*** Block opens ***
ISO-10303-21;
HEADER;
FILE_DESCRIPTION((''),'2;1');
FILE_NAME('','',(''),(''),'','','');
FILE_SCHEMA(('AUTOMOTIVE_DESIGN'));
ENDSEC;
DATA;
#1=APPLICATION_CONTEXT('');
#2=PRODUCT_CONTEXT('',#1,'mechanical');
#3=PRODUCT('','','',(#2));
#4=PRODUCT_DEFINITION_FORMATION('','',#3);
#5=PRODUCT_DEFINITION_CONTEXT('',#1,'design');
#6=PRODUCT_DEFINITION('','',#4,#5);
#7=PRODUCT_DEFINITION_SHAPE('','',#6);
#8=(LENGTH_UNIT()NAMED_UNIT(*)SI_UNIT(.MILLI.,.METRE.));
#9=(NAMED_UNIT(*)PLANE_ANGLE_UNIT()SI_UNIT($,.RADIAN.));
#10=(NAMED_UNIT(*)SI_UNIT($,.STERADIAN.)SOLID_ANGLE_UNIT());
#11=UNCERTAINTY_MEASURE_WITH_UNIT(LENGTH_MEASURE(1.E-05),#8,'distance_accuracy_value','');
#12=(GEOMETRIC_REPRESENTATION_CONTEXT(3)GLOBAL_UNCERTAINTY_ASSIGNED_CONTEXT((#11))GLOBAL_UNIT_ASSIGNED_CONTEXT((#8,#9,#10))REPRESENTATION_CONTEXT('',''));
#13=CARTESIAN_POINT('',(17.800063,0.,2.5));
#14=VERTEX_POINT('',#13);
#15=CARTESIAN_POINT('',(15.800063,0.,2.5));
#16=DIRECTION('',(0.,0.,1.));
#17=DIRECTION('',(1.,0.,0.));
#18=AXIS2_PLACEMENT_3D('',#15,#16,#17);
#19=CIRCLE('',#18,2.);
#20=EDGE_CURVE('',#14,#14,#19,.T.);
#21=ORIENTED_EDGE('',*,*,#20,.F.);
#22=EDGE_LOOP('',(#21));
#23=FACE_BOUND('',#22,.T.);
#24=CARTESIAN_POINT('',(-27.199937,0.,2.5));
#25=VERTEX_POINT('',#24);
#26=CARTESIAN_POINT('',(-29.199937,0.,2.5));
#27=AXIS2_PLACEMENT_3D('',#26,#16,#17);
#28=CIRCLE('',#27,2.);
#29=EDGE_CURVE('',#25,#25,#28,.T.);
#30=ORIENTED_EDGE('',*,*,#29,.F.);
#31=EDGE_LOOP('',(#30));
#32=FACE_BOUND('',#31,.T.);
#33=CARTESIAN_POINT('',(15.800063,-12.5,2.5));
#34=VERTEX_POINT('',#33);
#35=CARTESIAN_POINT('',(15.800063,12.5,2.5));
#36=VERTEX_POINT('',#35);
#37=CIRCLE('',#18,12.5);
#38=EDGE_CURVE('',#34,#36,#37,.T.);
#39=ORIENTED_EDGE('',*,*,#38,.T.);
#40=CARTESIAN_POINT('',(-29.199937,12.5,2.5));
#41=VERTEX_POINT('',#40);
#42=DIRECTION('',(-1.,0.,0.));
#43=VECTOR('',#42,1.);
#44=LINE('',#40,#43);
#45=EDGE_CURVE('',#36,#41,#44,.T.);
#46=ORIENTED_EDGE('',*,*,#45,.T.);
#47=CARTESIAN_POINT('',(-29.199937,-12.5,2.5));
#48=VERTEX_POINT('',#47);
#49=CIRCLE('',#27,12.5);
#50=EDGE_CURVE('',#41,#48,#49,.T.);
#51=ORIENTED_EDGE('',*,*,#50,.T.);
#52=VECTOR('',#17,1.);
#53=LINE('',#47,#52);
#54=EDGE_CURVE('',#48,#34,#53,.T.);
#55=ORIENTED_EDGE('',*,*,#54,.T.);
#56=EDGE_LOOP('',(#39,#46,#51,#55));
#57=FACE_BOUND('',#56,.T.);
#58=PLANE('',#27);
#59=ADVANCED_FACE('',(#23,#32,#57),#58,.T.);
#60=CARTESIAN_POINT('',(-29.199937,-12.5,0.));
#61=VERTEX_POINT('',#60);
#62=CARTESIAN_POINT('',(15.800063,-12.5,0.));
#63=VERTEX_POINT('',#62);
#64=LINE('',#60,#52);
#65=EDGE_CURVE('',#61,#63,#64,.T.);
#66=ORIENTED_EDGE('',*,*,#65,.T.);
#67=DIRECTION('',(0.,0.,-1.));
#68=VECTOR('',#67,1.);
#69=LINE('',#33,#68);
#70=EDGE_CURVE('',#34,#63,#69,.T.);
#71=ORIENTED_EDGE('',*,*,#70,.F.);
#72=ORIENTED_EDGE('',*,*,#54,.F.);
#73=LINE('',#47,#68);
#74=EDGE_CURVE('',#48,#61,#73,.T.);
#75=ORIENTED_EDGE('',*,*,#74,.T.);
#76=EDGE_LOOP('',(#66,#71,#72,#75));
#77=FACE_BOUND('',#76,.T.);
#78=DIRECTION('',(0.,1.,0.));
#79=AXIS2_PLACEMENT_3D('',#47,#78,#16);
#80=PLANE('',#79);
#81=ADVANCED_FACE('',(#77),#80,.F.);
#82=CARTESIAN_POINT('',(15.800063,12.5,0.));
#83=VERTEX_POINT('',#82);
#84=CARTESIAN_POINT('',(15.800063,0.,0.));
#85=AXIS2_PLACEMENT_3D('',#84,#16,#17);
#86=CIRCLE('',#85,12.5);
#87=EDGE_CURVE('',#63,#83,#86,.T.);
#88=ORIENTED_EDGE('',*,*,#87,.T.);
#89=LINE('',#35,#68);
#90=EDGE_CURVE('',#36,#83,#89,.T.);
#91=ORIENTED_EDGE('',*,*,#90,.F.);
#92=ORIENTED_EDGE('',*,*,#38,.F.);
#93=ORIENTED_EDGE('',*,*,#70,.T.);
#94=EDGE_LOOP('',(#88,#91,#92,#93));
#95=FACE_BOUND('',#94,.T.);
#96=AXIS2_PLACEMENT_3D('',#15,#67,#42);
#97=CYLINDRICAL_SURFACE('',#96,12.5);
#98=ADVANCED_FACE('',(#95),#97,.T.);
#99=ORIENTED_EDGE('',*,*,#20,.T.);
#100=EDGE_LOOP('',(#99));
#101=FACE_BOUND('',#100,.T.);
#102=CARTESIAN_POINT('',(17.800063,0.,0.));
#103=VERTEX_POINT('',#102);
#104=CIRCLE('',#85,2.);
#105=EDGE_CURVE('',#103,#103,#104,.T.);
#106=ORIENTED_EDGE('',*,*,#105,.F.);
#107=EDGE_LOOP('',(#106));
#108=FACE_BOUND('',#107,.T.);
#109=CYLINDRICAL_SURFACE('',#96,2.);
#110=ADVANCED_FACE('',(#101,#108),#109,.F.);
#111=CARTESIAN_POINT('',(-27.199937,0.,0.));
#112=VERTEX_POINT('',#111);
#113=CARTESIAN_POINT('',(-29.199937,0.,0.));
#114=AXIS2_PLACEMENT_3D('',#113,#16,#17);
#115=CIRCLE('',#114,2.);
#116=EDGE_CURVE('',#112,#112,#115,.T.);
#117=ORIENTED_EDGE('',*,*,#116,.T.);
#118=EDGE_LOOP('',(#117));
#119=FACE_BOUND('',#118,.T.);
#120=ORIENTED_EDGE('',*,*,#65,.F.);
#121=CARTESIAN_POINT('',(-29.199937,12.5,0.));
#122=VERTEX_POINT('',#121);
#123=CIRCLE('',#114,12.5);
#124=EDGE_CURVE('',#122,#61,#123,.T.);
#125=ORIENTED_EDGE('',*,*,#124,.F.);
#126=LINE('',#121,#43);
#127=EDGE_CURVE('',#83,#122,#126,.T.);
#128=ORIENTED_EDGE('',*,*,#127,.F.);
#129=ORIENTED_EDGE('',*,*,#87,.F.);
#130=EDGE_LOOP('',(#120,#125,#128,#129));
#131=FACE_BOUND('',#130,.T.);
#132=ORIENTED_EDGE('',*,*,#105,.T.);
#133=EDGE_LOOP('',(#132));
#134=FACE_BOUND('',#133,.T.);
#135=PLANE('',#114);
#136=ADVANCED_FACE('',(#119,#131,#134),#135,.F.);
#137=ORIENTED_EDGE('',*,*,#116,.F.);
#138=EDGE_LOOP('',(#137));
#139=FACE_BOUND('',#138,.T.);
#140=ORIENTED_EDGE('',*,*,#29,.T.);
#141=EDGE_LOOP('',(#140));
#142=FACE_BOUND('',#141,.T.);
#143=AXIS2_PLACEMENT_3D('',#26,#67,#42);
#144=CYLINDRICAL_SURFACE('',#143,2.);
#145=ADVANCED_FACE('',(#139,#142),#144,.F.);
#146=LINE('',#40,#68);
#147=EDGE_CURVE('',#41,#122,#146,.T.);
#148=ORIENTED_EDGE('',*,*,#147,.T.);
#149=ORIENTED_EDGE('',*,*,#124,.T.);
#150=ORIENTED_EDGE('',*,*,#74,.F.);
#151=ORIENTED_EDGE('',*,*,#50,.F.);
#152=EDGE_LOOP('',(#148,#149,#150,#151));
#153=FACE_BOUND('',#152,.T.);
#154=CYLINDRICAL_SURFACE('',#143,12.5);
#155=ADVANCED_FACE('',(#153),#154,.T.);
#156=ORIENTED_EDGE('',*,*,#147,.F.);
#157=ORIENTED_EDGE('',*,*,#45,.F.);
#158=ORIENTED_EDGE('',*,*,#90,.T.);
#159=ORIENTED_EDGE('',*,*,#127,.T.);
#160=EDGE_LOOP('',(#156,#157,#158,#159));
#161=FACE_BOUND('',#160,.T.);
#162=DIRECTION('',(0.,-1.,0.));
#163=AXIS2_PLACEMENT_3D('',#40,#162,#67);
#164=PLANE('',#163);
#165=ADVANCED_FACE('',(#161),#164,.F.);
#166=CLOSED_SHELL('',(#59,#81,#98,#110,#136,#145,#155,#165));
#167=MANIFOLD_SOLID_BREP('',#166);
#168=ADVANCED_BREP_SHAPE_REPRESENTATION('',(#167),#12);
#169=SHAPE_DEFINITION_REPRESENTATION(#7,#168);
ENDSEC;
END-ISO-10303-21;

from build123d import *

# Parameters (mm, degrees)
SKETCH1_R           = 2
BOSS_EXTRUDE1_DEPTH = 2.5


with BuildPart() as part:
    # Sketch1 → Boss-Extrude1 (new body)
    with BuildSketch(Plane.XY):
        with BuildLine():
            Line((-29.199936565, 12.5), (15.800063435, 12.5))
            ThreePointArc((15.800063435, 12.5), (28.300063435, 0), (15.800063435, -12.5))
            Line((15.800063435, -12.5), (-29.199936565, -12.5))
            ThreePointArc((-29.199936565, -12.5), (-41.699936565, 0), (-29.199936565, 12.5))
        make_face()
        with Locations((-29.199936565, 0)):
            Circle(SKETCH1_R, mode=Mode.SUBTRACT)
        with Locations((15.800063435, 0)):
            Circle(SKETCH1_R, mode=Mode.SUBTRACT)
    extrude(amount=BOSS_EXTRUDE1_DEPTH)


solid = part.part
*** Block closes ***
*TASK INSTRUCTIONS:* Print, unaltered, every line from the beginning of the material down to the line with "#9=(NAMED_UNIT(*)PLANE_ANGLE_UNIT()SI_UNIT($,.RADIAN.));".

*TASK SOLUTION:*
ISO-10303-21;
HEADER;
FILE_DESCRIPTION((''),'2;1');
FILE_NAME('','',(''),(''),'','','');
FILE_SCHEMA(('AUTOMOTIVE_DESIGN'));
ENDSEC;
DATA;
#1=APPLICATION_CONTEXT('');
#2=PRODUCT_CONTEXT('',#1,'mechanical');
#3=PRODUCT('','','',(#2));
#4=PRODUCT_DEFINITION_FORMATION('','',#3);
#5=PRODUCT_DEFINITION_CONTEXT('',#1,'design');
#6=PRODUCT_DEFINITION('','',#4,#5);
#7=PRODUCT_DEFINITION_SHAPE('','',#6);
#8=(LENGTH_UNIT()NAMED_UNIT(*)SI_UNIT(.MILLI.,.METRE.));
#9=(NAMED_UNIT(*)PLANE_ANGLE_UNIT()SI_UNIT($,.RADIAN.));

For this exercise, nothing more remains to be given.